[To do]: From the records below, output exactly the lines running from the line containing "#27=LINE('',#24,#26);" through the line containing "#95=VERTEX_POINT('',#94);", and no others.

[Input data]:
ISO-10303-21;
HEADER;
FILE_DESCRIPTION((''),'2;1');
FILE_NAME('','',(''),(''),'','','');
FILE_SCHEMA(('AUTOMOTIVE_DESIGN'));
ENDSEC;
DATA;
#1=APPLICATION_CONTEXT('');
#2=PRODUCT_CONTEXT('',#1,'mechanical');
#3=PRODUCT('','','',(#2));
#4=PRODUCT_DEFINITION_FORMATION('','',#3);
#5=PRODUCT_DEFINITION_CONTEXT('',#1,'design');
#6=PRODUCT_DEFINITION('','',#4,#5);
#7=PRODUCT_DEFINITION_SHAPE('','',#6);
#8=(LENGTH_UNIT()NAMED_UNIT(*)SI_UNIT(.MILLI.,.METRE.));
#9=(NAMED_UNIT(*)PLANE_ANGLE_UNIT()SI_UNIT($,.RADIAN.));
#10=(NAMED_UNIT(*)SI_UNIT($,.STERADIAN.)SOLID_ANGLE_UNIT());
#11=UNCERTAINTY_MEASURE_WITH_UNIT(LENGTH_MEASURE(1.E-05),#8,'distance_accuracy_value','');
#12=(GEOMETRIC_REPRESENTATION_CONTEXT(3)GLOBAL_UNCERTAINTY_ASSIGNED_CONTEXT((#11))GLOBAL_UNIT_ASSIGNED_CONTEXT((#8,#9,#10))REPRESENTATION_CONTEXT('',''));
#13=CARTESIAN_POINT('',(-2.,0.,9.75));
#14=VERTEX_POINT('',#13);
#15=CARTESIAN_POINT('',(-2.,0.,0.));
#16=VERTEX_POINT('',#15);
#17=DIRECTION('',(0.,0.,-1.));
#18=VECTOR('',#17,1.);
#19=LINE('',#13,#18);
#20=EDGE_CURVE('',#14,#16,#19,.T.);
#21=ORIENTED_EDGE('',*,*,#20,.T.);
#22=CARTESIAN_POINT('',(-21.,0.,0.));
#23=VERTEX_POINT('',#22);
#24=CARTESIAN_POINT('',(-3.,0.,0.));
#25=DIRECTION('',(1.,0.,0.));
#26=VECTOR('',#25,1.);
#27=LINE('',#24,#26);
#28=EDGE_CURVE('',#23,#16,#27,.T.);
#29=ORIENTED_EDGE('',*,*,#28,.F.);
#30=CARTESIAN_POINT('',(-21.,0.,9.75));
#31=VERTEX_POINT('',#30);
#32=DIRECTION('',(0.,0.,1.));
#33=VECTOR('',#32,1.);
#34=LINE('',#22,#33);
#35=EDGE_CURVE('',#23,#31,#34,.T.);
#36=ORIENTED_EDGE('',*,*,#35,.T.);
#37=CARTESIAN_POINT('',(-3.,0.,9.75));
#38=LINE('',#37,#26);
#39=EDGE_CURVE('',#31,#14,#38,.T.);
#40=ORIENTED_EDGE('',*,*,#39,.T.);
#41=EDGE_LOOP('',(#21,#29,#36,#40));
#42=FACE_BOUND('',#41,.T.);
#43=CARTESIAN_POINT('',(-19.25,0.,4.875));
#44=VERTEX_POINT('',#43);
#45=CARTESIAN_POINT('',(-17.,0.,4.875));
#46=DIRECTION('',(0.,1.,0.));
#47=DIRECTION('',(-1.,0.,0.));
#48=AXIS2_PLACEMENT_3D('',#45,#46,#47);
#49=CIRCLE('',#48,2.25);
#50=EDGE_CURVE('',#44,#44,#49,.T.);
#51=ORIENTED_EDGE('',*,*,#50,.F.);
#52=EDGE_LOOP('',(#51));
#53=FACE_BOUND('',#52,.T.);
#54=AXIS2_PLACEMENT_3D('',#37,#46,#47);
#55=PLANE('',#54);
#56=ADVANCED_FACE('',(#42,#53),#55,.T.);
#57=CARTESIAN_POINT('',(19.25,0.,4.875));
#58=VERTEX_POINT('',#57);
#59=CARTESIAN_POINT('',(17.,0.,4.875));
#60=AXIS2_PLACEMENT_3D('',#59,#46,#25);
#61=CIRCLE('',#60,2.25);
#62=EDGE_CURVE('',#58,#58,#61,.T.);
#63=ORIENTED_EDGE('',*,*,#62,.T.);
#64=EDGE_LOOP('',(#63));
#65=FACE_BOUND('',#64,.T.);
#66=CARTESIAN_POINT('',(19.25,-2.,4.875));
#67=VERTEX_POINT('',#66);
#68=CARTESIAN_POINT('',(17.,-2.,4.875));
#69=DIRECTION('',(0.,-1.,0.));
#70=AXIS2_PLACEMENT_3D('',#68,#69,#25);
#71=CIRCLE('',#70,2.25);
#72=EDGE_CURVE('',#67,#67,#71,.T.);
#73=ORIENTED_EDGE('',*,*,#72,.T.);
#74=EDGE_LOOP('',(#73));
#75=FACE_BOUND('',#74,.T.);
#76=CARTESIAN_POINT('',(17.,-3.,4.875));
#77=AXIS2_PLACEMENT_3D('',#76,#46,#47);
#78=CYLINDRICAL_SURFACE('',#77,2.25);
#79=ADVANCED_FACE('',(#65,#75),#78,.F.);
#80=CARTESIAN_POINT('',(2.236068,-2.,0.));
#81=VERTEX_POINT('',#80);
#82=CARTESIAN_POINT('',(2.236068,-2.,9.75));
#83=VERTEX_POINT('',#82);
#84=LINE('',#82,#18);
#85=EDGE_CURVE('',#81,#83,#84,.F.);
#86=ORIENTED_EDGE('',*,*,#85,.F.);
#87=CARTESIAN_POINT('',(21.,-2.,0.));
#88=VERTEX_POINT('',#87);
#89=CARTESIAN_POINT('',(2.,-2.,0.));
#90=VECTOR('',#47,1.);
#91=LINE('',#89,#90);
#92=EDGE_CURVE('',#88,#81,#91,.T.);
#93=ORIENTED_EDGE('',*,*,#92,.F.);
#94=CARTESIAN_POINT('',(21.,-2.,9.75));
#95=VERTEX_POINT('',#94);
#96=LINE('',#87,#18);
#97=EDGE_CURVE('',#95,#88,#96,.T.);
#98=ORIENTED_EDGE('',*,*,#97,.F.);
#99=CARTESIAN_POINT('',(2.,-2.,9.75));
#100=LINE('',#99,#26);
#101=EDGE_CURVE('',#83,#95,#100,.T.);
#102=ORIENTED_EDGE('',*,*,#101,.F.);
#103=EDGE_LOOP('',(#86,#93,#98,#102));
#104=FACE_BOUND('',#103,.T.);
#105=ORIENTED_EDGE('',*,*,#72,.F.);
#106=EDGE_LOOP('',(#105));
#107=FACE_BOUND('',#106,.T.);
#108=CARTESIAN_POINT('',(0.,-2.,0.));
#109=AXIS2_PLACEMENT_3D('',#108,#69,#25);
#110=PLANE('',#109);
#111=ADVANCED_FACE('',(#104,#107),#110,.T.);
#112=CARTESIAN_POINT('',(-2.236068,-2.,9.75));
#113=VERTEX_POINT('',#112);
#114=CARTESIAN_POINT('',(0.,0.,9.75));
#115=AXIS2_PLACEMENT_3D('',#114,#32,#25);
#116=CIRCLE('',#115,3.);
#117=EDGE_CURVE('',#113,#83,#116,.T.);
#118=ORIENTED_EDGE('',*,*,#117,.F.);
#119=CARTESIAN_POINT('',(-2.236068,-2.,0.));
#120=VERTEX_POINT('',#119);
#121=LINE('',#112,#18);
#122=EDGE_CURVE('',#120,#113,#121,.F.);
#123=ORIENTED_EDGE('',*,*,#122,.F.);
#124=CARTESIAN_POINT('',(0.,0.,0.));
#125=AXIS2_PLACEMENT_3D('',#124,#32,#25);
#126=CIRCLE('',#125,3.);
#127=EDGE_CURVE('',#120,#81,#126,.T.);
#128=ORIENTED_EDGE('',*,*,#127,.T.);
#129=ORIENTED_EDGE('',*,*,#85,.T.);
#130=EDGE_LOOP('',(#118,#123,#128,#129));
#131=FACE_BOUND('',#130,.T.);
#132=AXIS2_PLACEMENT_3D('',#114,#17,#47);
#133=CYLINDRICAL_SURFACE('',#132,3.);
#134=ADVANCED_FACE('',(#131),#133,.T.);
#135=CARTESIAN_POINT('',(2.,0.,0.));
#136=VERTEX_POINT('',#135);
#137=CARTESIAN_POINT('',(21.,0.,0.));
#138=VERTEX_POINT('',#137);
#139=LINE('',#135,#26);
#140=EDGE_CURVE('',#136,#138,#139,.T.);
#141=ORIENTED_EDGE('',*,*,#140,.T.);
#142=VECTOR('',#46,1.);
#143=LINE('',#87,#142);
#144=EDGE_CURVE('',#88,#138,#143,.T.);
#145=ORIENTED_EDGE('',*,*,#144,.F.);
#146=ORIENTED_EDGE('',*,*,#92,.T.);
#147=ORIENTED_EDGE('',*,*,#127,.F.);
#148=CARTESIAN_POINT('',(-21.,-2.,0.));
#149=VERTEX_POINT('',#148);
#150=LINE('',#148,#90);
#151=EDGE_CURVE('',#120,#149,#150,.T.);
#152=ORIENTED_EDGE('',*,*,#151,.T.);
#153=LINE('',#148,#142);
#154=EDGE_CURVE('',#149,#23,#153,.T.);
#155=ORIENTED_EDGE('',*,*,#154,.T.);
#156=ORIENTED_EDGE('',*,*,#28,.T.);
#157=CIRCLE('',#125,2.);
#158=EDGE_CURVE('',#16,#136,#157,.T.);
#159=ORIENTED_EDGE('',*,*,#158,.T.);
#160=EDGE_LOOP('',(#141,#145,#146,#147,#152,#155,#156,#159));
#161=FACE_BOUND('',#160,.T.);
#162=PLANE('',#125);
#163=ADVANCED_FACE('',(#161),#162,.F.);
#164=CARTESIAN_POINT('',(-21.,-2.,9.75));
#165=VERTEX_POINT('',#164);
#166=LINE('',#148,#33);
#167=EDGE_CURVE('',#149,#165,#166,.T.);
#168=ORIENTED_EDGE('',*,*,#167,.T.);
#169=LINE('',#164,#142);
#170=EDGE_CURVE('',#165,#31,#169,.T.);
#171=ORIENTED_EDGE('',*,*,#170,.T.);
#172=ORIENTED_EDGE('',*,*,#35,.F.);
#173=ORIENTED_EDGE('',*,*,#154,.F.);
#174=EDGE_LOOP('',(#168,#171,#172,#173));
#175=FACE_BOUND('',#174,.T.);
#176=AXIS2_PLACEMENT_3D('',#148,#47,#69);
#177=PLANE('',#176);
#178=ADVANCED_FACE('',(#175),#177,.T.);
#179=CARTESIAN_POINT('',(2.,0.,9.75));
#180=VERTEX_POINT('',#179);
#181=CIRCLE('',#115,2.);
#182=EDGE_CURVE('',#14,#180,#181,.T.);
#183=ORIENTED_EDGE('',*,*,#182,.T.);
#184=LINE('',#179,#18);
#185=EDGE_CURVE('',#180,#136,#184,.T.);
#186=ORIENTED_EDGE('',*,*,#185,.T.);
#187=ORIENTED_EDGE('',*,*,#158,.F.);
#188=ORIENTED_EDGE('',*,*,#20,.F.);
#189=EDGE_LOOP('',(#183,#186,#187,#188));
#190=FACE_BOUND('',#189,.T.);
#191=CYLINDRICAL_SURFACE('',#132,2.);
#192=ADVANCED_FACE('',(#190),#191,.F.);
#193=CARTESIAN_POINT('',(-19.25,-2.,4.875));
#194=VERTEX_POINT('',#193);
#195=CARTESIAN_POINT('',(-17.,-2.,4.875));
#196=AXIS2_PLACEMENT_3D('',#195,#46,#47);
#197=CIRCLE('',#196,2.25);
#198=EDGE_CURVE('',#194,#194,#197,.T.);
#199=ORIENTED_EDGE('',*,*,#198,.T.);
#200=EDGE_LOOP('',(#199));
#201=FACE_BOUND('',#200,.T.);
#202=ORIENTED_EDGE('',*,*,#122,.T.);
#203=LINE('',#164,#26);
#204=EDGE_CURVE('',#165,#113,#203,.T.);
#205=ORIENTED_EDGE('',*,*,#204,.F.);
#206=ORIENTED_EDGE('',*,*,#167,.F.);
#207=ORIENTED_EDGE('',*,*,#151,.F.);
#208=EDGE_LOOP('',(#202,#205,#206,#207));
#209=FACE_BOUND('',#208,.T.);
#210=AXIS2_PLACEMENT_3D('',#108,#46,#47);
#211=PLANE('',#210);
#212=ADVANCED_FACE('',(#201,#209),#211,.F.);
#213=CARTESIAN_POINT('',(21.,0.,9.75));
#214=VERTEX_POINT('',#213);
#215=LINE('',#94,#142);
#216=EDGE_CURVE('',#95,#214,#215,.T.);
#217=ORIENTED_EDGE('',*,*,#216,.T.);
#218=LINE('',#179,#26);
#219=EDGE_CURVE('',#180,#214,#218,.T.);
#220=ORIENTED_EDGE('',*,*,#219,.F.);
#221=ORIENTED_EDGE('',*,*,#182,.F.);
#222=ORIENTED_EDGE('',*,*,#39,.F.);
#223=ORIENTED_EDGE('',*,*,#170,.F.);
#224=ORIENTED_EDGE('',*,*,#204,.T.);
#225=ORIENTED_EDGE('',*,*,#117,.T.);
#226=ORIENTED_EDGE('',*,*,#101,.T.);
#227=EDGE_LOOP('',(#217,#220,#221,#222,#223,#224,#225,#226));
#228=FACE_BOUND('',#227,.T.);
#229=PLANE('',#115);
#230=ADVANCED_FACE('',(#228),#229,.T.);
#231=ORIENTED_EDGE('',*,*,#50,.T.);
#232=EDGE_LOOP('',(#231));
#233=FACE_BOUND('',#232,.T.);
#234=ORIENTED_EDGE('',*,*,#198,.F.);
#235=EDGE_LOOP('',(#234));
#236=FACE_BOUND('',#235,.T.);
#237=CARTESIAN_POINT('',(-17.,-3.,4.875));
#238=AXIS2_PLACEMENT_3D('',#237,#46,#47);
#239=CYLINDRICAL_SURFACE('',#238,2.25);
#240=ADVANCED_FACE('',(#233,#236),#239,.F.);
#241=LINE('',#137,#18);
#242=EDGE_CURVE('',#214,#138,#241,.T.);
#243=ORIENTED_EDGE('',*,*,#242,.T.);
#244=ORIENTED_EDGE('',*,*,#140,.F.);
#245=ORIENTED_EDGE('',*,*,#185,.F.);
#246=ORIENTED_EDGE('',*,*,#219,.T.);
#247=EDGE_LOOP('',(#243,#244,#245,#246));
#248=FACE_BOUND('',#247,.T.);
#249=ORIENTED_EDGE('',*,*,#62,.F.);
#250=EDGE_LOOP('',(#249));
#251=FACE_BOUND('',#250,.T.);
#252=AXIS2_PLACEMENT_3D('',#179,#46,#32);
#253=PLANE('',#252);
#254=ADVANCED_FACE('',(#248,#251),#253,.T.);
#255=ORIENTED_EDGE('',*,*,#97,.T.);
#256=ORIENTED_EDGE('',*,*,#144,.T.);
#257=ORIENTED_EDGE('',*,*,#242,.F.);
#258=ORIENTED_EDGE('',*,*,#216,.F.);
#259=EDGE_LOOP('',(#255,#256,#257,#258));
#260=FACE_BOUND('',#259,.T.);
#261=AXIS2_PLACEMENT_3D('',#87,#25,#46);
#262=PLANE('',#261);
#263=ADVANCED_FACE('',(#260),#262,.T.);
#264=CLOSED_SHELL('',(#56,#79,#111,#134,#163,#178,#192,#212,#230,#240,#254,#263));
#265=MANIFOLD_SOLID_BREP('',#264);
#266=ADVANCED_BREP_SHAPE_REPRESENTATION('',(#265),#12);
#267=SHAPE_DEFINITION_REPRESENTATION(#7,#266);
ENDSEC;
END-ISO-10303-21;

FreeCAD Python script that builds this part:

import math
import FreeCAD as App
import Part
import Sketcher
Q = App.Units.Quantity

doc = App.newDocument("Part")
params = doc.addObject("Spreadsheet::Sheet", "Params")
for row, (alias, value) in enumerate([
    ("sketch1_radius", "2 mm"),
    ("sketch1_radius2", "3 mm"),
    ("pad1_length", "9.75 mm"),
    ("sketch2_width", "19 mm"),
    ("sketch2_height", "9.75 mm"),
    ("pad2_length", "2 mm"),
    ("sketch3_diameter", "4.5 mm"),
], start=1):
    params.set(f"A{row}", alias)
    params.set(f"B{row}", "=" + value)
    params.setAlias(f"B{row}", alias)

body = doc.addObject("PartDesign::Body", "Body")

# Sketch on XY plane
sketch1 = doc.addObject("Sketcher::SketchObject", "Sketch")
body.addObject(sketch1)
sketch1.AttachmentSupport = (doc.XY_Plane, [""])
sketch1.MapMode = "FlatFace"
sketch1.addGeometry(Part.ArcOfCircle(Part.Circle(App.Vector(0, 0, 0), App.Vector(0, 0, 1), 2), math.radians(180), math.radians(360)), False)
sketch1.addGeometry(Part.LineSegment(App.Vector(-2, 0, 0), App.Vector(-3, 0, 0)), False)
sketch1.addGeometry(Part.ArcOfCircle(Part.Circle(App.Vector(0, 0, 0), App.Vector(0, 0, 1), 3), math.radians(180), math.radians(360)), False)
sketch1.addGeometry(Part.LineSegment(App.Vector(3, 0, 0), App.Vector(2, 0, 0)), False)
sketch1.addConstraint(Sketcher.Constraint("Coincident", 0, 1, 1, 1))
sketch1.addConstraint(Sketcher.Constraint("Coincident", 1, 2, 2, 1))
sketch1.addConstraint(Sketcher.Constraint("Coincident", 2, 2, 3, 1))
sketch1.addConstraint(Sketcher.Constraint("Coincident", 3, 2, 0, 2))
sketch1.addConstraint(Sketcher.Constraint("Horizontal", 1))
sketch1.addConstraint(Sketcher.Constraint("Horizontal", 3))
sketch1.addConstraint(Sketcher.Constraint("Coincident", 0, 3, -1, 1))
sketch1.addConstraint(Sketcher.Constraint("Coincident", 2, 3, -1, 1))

[Result for this task]:
#27=LINE('',#24,#26);
#28=EDGE_CURVE('',#23,#16,#27,.T.);
#29=ORIENTED_EDGE('',*,*,#28,.F.);
#30=CARTESIAN_POINT('',(-21.,0.,9.75));
#31=VERTEX_POINT('',#30);
#32=DIRECTION('',(0.,0.,1.));
#33=VECTOR('',#32,1.);
#34=LINE('',#22,#33);
#35=EDGE_CURVE('',#23,#31,#34,.T.);
#36=ORIENTED_EDGE('',*,*,#35,.T.);
#37=CARTESIAN_POINT('',(-3.,0.,9.75));
#38=LINE('',#37,#26);
#39=EDGE_CURVE('',#31,#14,#38,.T.);
#40=ORIENTED_EDGE('',*,*,#39,.T.);
#41=EDGE_LOOP('',(#21,#29,#36,#40));
#42=FACE_BOUND('',#41,.T.);
#43=CARTESIAN_POINT('',(-19.25,0.,4.875));
#44=VERTEX_POINT('',#43);
#45=CARTESIAN_POINT('',(-17.,0.,4.875));
#46=DIRECTION('',(0.,1.,0.));
#47=DIRECTION('',(-1.,0.,0.));
#48=AXIS2_PLACEMENT_3D('',#45,#46,#47);
#49=CIRCLE('',#48,2.25);
#50=EDGE_CURVE('',#44,#44,#49,.T.);
#51=ORIENTED_EDGE('',*,*,#50,.F.);
#52=EDGE_LOOP('',(#51));
#53=FACE_BOUND('',#52,.T.);
#54=AXIS2_PLACEMENT_3D('',#37,#46,#47);
#55=PLANE('',#54);
#56=ADVANCED_FACE('',(#42,#53),#55,.T.);
#57=CARTESIAN_POINT('',(19.25,0.,4.875));
#58=VERTEX_POINT('',#57);
#59=CARTESIAN_POINT('',(17.,0.,4.875));
#60=AXIS2_PLACEMENT_3D('',#59,#46,#25);
#61=CIRCLE('',#60,2.25);
#62=EDGE_CURVE('',#58,#58,#61,.T.);
#63=ORIENTED_EDGE('',*,*,#62,.T.);
#64=EDGE_LOOP('',(#63));
#65=FACE_BOUND('',#64,.T.);
#66=CARTESIAN_POINT('',(19.25,-2.,4.875));
#67=VERTEX_POINT('',#66);
#68=CARTESIAN_POINT('',(17.,-2.,4.875));
#69=DIRECTION('',(0.,-1.,0.));
#70=AXIS2_PLACEMENT_3D('',#68,#69,#25);
#71=CIRCLE('',#70,2.25);
#72=EDGE_CURVE('',#67,#67,#71,.T.);
#73=ORIENTED_EDGE('',*,*,#72,.T.);
#74=EDGE_LOOP('',(#73));
#75=FACE_BOUND('',#74,.T.);
#76=CARTESIAN_POINT('',(17.,-3.,4.875));
#77=AXIS2_PLACEMENT_3D('',#76,#46,#47);
#78=CYLINDRICAL_SURFACE('',#77,2.25);
#79=ADVANCED_FACE('',(#65,#75),#78,.F.);
#80=CARTESIAN_POINT('',(2.236068,-2.,0.));
#81=VERTEX_POINT('',#80);
#82=CARTESIAN_POINT('',(2.236068,-2.,9.75));
#83=VERTEX_POINT('',#82);
#84=LINE('',#82,#18);
#85=EDGE_CURVE('',#81,#83,#84,.F.);
#86=ORIENTED_EDGE('',*,*,#85,.F.);
#87=CARTESIAN_POINT('',(21.,-2.,0.));
#88=VERTEX_POINT('',#87);
#89=CARTESIAN_POINT('',(2.,-2.,0.));
#90=VECTOR('',#47,1.);
#91=LINE('',#89,#90);
#92=EDGE_CURVE('',#88,#81,#91,.T.);
#93=ORIENTED_EDGE('',*,*,#92,.F.);
#94=CARTESIAN_POINT('',(21.,-2.,9.75));
#95=VERTEX_POINT('',#94);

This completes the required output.